“不可!
万万不可啊练峰主!”
杜蓝子急得直跺脚。
“那焚焱真火霸道无比,专克灵力,灼烧神魂!
便是火系天玄巅峰,若无特殊异宝护身,入之也凶多吉少!”
“是啊,再加上您伤势未愈,即便禾川小友强横,可还是。。。。。。”
李道然也急声劝阻。
杜蓝子接着补充:“是啊!
禾川小友,你们绝不可莽撞啊!
此非善地,胜似绝路!
倒不如我们坐下来,好好从长计议?”
然而,练霓裳却摇了摇头,目光望向焚天峰方向,坚定如铁。
“时不我待。
江太公经昨日之事,必会更加警惕,甚至可能加速对塔内同门的迫害。”
“此路虽险,却是目前唯一可能直抵核心的捷径。”
“所以,我二人心意已决,二位长老不必再劝。”
“这。。。。。。”
二老语塞,只得将期盼的目光投向秦三。
秦三面色平静,对二老的目光恍若未见,只对练霓裳道:“走吧。”
见两人去意已决,杜蓝子无奈长叹一声,满脸忧色地从怀中掏出两个丹瓶。
“既如此。。。。。。此乃老朽炼制的‘清心守神丹’与‘冰魄护脉散’,或可在关键时刻保得灵台一丝清明,缓解火毒灼脉之苦。”
“练峰主,禾川小友。。。。。。你们。。。。。。一定要小心啊!”
“多谢杜长老。。。
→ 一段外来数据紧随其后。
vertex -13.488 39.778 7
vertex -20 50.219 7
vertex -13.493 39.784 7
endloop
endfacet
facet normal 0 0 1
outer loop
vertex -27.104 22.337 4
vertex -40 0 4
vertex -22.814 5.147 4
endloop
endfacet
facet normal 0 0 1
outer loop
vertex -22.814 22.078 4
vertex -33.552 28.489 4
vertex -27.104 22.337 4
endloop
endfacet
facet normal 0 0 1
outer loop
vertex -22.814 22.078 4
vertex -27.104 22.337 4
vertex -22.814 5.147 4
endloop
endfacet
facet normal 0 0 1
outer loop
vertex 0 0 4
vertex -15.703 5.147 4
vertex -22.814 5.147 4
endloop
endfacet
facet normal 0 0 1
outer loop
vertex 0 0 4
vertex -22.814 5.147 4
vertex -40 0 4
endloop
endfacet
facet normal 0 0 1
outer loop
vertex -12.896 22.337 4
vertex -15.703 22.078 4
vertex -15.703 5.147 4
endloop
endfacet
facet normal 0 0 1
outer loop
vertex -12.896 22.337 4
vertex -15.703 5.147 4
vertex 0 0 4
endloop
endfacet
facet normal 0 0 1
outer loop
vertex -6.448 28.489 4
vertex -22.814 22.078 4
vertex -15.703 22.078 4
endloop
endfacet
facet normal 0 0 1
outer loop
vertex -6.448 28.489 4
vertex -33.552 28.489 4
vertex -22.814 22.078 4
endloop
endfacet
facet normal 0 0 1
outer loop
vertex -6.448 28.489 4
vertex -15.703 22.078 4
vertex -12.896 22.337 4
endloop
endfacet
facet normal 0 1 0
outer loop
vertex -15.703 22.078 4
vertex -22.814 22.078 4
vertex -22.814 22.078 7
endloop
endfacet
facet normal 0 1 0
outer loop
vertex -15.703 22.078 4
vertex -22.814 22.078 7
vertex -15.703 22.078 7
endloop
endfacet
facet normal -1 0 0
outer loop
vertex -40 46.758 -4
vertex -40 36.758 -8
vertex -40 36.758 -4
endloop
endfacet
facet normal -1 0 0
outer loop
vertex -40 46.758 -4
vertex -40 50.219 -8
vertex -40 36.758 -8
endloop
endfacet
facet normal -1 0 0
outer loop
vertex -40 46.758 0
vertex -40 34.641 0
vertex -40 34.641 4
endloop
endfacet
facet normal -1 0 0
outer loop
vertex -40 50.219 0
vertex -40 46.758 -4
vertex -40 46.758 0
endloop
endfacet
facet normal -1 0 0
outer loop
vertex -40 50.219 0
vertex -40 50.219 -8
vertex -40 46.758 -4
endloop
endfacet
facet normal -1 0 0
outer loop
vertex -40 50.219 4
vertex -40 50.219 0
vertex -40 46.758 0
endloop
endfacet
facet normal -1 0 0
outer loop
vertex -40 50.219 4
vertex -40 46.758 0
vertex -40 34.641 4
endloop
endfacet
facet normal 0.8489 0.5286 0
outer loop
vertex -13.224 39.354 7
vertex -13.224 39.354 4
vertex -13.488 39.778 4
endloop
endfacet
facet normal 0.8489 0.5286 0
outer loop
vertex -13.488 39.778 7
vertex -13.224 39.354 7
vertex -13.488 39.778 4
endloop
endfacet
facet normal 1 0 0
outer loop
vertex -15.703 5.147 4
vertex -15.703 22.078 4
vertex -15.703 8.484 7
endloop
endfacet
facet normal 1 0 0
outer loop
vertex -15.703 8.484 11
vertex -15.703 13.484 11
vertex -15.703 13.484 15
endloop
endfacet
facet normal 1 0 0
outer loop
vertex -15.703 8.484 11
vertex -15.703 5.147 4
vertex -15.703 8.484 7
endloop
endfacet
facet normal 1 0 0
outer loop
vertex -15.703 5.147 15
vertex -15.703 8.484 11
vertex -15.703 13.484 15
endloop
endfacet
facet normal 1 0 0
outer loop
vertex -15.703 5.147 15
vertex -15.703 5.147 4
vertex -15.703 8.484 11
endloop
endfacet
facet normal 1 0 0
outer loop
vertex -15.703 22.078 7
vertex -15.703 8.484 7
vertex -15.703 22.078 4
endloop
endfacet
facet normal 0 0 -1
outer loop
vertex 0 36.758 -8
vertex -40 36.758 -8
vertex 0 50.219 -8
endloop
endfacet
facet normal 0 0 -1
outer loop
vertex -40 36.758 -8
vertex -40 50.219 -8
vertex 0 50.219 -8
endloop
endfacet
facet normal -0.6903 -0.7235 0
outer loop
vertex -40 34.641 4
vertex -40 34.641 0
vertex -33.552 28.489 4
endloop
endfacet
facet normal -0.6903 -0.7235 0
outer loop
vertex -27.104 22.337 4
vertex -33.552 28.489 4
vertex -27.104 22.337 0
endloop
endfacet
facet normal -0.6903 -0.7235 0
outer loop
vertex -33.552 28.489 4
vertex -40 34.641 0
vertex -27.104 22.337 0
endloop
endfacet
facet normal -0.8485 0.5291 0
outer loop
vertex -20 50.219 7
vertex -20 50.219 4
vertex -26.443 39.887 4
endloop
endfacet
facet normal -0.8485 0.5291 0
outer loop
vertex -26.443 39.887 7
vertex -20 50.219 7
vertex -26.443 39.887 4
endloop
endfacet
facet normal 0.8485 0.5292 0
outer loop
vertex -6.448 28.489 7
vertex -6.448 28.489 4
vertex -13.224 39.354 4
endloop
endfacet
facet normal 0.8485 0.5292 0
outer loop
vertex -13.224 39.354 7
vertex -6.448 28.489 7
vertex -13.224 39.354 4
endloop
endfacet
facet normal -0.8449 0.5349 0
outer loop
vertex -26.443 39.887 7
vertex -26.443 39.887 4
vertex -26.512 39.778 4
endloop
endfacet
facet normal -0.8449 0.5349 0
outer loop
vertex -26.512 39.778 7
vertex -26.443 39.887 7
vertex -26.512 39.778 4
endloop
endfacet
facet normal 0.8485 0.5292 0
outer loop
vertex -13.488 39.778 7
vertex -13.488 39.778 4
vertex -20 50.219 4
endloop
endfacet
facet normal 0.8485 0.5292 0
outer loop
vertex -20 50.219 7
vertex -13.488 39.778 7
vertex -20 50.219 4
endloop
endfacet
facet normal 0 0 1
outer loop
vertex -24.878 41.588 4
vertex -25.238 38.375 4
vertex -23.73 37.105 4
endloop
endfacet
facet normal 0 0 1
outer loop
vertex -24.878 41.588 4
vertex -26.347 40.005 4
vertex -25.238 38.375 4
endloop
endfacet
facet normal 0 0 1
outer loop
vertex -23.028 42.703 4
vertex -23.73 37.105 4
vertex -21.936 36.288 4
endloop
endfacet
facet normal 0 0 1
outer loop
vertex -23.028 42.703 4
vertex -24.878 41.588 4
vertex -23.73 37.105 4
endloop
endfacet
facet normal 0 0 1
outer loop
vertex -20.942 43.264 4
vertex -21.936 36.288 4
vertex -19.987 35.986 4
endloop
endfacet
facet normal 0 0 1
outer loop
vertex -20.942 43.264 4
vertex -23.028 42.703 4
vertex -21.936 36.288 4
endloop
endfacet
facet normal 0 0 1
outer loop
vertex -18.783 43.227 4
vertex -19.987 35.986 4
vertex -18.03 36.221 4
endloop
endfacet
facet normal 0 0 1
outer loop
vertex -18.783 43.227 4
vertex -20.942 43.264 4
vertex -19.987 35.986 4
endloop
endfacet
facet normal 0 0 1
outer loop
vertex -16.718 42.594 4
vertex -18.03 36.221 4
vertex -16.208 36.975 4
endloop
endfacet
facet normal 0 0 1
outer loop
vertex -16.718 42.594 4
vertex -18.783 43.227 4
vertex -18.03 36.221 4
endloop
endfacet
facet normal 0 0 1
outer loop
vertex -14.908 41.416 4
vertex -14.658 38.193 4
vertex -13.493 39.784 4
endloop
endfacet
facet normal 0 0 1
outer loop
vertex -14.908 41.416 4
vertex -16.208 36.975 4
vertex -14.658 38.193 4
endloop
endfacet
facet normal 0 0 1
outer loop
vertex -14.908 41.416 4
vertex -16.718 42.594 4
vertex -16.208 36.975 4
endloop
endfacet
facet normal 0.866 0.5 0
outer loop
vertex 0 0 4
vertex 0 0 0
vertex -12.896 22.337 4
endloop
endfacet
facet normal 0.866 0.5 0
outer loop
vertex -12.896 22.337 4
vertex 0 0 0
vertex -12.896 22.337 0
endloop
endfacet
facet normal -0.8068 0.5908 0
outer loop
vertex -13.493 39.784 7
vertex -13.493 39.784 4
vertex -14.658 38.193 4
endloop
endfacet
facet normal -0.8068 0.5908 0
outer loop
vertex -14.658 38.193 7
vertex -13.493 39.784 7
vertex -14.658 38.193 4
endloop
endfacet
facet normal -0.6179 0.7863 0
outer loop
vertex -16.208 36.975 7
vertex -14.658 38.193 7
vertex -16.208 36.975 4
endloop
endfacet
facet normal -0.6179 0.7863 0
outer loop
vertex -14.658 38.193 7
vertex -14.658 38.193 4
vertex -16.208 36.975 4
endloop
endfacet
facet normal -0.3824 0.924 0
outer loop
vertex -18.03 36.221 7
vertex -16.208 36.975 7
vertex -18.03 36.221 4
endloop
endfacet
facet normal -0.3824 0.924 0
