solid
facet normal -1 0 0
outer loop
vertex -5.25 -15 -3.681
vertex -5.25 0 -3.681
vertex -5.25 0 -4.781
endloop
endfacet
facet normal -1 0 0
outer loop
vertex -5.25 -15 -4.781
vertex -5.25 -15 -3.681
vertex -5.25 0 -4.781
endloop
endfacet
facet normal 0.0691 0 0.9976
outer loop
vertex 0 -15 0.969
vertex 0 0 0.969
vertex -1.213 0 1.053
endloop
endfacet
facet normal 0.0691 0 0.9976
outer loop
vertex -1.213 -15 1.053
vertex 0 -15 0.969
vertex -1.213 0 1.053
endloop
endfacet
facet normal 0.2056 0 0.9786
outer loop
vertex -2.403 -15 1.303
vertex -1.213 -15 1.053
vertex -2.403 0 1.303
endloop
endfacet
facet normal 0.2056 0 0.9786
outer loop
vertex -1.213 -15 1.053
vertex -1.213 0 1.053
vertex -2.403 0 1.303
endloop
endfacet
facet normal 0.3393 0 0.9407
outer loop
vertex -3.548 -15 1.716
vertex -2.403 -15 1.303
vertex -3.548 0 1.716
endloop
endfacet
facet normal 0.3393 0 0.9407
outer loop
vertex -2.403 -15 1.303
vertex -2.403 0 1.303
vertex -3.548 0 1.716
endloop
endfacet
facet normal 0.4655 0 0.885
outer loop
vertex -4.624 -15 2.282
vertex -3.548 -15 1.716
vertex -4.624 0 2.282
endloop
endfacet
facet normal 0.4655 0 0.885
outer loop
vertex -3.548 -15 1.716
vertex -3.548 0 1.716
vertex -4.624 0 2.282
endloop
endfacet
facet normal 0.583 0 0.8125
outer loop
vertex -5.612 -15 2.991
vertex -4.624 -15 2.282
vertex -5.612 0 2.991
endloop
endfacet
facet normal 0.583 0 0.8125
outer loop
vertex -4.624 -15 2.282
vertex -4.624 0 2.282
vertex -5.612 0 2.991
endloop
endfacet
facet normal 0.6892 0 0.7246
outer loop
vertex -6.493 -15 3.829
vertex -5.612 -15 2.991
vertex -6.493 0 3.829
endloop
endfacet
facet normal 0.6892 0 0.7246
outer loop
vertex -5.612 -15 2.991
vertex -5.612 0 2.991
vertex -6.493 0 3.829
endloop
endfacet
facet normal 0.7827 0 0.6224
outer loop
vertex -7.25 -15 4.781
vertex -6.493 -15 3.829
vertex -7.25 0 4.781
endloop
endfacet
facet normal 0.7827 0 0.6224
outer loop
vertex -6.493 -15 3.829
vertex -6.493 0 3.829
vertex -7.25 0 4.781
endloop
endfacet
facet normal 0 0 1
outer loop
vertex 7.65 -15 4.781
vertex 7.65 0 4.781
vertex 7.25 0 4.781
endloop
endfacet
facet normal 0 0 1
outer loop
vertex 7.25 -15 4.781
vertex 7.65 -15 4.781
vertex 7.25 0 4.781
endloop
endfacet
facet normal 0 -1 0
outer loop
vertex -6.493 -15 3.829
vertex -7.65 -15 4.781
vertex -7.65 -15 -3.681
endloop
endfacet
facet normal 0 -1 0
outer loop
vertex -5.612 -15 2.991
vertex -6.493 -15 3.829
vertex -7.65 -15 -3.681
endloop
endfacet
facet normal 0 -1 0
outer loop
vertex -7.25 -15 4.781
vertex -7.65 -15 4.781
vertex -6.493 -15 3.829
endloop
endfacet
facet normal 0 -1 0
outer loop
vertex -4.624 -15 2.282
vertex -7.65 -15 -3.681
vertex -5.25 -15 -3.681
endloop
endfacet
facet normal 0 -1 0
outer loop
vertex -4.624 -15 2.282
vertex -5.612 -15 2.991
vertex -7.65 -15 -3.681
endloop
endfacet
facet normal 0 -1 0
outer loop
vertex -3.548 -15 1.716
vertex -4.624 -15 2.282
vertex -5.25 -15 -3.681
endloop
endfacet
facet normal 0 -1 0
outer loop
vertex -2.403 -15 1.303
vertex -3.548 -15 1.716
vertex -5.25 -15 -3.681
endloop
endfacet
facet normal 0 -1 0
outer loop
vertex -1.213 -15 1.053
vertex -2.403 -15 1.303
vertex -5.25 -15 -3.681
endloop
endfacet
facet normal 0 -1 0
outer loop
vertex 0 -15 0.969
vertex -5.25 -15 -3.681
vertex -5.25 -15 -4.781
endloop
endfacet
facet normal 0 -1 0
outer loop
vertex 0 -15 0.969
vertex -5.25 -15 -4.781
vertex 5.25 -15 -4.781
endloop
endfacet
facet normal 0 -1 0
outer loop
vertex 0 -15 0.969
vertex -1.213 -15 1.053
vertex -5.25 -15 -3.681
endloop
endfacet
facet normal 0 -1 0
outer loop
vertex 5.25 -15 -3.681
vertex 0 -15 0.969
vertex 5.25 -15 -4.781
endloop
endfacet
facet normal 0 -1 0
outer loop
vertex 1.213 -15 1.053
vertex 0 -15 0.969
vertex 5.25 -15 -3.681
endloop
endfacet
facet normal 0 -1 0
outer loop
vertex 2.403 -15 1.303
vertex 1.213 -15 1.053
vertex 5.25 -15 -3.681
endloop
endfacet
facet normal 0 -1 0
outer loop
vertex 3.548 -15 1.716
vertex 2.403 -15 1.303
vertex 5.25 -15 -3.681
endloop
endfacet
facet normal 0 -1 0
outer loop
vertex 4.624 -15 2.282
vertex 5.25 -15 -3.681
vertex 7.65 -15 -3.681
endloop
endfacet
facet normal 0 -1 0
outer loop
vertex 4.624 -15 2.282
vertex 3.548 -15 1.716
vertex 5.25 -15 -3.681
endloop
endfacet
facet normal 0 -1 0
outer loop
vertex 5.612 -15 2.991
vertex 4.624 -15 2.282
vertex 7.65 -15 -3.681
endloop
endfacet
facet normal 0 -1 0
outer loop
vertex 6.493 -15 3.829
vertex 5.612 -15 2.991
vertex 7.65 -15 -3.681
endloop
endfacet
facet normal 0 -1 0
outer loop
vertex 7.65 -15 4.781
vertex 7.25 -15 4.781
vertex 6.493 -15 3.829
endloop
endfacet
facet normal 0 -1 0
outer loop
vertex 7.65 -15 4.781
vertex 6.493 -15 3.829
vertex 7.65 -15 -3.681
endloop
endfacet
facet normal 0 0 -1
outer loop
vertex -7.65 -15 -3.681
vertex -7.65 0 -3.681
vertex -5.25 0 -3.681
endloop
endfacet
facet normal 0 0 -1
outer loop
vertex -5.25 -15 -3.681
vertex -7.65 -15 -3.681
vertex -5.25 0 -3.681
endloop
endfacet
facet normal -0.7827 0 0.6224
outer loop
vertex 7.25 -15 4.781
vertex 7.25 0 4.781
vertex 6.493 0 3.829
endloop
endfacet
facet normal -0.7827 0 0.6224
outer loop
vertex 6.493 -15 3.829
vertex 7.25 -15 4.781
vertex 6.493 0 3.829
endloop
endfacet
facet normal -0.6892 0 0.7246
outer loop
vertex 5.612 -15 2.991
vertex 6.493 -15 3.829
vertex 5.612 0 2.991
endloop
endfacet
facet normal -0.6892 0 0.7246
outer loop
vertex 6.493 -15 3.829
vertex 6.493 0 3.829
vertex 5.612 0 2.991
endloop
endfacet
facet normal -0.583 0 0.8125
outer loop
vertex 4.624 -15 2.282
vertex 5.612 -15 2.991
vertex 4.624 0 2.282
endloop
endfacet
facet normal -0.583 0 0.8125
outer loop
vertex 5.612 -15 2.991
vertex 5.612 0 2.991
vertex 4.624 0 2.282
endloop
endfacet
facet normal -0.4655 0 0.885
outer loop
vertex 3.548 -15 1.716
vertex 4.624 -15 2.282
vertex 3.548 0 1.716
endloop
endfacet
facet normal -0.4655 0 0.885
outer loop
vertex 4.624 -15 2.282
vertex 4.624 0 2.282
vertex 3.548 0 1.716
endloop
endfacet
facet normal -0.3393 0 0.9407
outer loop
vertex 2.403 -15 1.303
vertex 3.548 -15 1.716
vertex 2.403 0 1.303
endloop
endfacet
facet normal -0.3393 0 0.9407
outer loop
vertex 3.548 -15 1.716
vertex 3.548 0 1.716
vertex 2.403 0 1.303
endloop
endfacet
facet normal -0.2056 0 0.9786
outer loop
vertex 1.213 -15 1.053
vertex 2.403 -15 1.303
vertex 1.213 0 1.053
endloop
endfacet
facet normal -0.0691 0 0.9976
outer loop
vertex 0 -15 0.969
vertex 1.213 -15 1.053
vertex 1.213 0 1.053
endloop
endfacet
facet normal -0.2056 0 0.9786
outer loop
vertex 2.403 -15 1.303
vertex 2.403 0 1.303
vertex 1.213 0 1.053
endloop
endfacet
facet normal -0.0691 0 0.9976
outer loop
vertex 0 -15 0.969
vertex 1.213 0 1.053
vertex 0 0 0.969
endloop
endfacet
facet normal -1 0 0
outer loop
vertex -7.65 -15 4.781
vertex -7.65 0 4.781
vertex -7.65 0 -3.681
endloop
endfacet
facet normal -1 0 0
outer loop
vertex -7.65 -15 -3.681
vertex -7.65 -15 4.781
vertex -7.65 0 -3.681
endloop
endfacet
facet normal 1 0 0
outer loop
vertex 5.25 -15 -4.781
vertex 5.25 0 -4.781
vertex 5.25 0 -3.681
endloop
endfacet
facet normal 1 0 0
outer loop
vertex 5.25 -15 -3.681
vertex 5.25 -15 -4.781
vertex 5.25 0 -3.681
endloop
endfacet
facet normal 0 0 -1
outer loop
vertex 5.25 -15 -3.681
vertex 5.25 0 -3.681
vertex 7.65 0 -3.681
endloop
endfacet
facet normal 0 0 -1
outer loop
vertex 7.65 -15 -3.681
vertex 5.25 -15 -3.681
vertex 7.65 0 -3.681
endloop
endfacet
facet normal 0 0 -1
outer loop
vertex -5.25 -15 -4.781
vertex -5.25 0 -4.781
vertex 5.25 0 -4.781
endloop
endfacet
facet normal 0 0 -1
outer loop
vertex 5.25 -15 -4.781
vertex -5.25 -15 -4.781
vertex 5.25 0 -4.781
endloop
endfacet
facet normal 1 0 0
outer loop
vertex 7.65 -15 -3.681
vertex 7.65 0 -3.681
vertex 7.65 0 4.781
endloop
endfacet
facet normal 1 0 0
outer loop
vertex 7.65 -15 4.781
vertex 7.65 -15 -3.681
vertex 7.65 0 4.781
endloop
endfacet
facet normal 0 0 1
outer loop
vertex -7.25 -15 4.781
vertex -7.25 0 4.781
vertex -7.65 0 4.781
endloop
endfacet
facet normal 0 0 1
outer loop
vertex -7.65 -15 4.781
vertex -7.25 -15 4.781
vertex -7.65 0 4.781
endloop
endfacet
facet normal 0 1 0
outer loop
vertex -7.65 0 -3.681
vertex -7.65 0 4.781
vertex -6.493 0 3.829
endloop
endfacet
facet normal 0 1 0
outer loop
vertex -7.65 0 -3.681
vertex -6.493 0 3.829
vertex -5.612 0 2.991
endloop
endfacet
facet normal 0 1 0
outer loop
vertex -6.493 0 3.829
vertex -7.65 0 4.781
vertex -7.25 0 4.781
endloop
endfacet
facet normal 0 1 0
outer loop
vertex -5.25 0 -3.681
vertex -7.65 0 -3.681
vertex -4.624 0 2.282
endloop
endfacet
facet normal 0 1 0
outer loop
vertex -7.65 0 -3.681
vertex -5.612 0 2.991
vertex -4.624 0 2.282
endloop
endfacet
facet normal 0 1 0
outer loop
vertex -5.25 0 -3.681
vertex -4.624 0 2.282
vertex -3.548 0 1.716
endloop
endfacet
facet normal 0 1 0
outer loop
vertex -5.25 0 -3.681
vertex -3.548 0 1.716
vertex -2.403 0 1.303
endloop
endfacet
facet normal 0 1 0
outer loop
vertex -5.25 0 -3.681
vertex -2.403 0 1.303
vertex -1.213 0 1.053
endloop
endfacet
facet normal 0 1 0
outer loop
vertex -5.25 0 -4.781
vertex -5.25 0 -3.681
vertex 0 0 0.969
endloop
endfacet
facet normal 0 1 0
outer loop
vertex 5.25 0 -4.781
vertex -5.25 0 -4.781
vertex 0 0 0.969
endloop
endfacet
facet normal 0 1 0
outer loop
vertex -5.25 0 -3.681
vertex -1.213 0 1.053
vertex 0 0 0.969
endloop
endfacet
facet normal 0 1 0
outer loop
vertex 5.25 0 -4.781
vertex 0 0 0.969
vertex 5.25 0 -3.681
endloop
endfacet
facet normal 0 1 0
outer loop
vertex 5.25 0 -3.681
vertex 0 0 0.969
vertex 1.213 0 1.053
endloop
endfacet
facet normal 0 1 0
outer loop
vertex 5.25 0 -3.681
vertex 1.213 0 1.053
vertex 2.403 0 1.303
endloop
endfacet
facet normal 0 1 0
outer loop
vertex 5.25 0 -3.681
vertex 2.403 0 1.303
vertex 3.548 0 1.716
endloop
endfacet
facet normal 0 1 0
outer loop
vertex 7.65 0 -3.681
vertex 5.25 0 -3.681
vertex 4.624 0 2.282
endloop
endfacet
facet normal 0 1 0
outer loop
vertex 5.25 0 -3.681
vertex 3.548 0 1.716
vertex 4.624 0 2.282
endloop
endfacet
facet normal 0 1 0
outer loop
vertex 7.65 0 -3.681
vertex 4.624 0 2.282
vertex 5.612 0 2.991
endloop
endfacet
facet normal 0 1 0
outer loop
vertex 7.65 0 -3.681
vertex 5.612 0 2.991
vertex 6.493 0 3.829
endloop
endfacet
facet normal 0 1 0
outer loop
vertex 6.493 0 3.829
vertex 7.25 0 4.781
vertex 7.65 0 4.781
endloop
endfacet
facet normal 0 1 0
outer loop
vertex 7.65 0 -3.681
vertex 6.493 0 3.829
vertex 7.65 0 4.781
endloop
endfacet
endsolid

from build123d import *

# Parameters (mm, degrees)
F1_DEPTH = 15


# Not quite as in the source:
# - ends of sketch curves that miss each other by under 0.0002 mm in the source are joined


with BuildPart() as f1:
    # F0 (on Front) → F1 (new body)
    with BuildSketch(Plane.XZ):
        with BuildLine():
            Line((7.65, 4.781237), (7.250144, 4.781237))
            ThreePointArc((7.250144, 4.781237), (4.0957152155, 1.9799825245), (0, 0.968764))
            ThreePointArc((0, 0.968764), (-4.0957149647, 1.9799823926), (-7.2501430423, 4.7812369709))
            Line((-7.2501430423, 4.7812369709), (-7.65, 4.781237))
            Line((-7.65, 4.781237), (-7.65, -3.681236))
            Line((-7.65, -3.681236), (-5.25, -3.681236))
            Line((-5.25, -3.681236), (-5.25, -4.781236))
            Line((-5.25, -4.781236), (0, -4.781236))
            Line((0, -4.781236), (5.25, -4.781236))
            Line((5.25, -4.781236), (5.25, -3.681236))
            Line((5.25, -3.681236), (7.65, -3.681236))
            Line((7.65, -3.681236), (7.65, 4.781237))
        make_face()
    extrude(amount=F1_DEPTH)


solid = f1.part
。。。”
练霓裳郑重接过。
李道然亦咬牙道:“我等会在焚天峰设法制造些许动静,吸引江家部分注意。”
秦三闻言,深深看了眼李道然:“有劳李长老。
那你自己也千万小心,莫要落入江家之手。。。。。。”
随即也不再多言,与练霓裳对视一眼,身形如电,朝着焚天峰后山方向疾掠而去。
焚天峰后山,地火殿。
这座完全由暗红色“火熔岩”
砌成的殿宇,孤悬于峭壁之上。
殿门高达三丈,泛着幽暗的金属光泽。
其上阵法纹路隐隐流转。
尚未靠近,一股令人窒息的热浪便扑面而来。
殿门外,八名身着执法司服饰的江家精锐弟子肃立。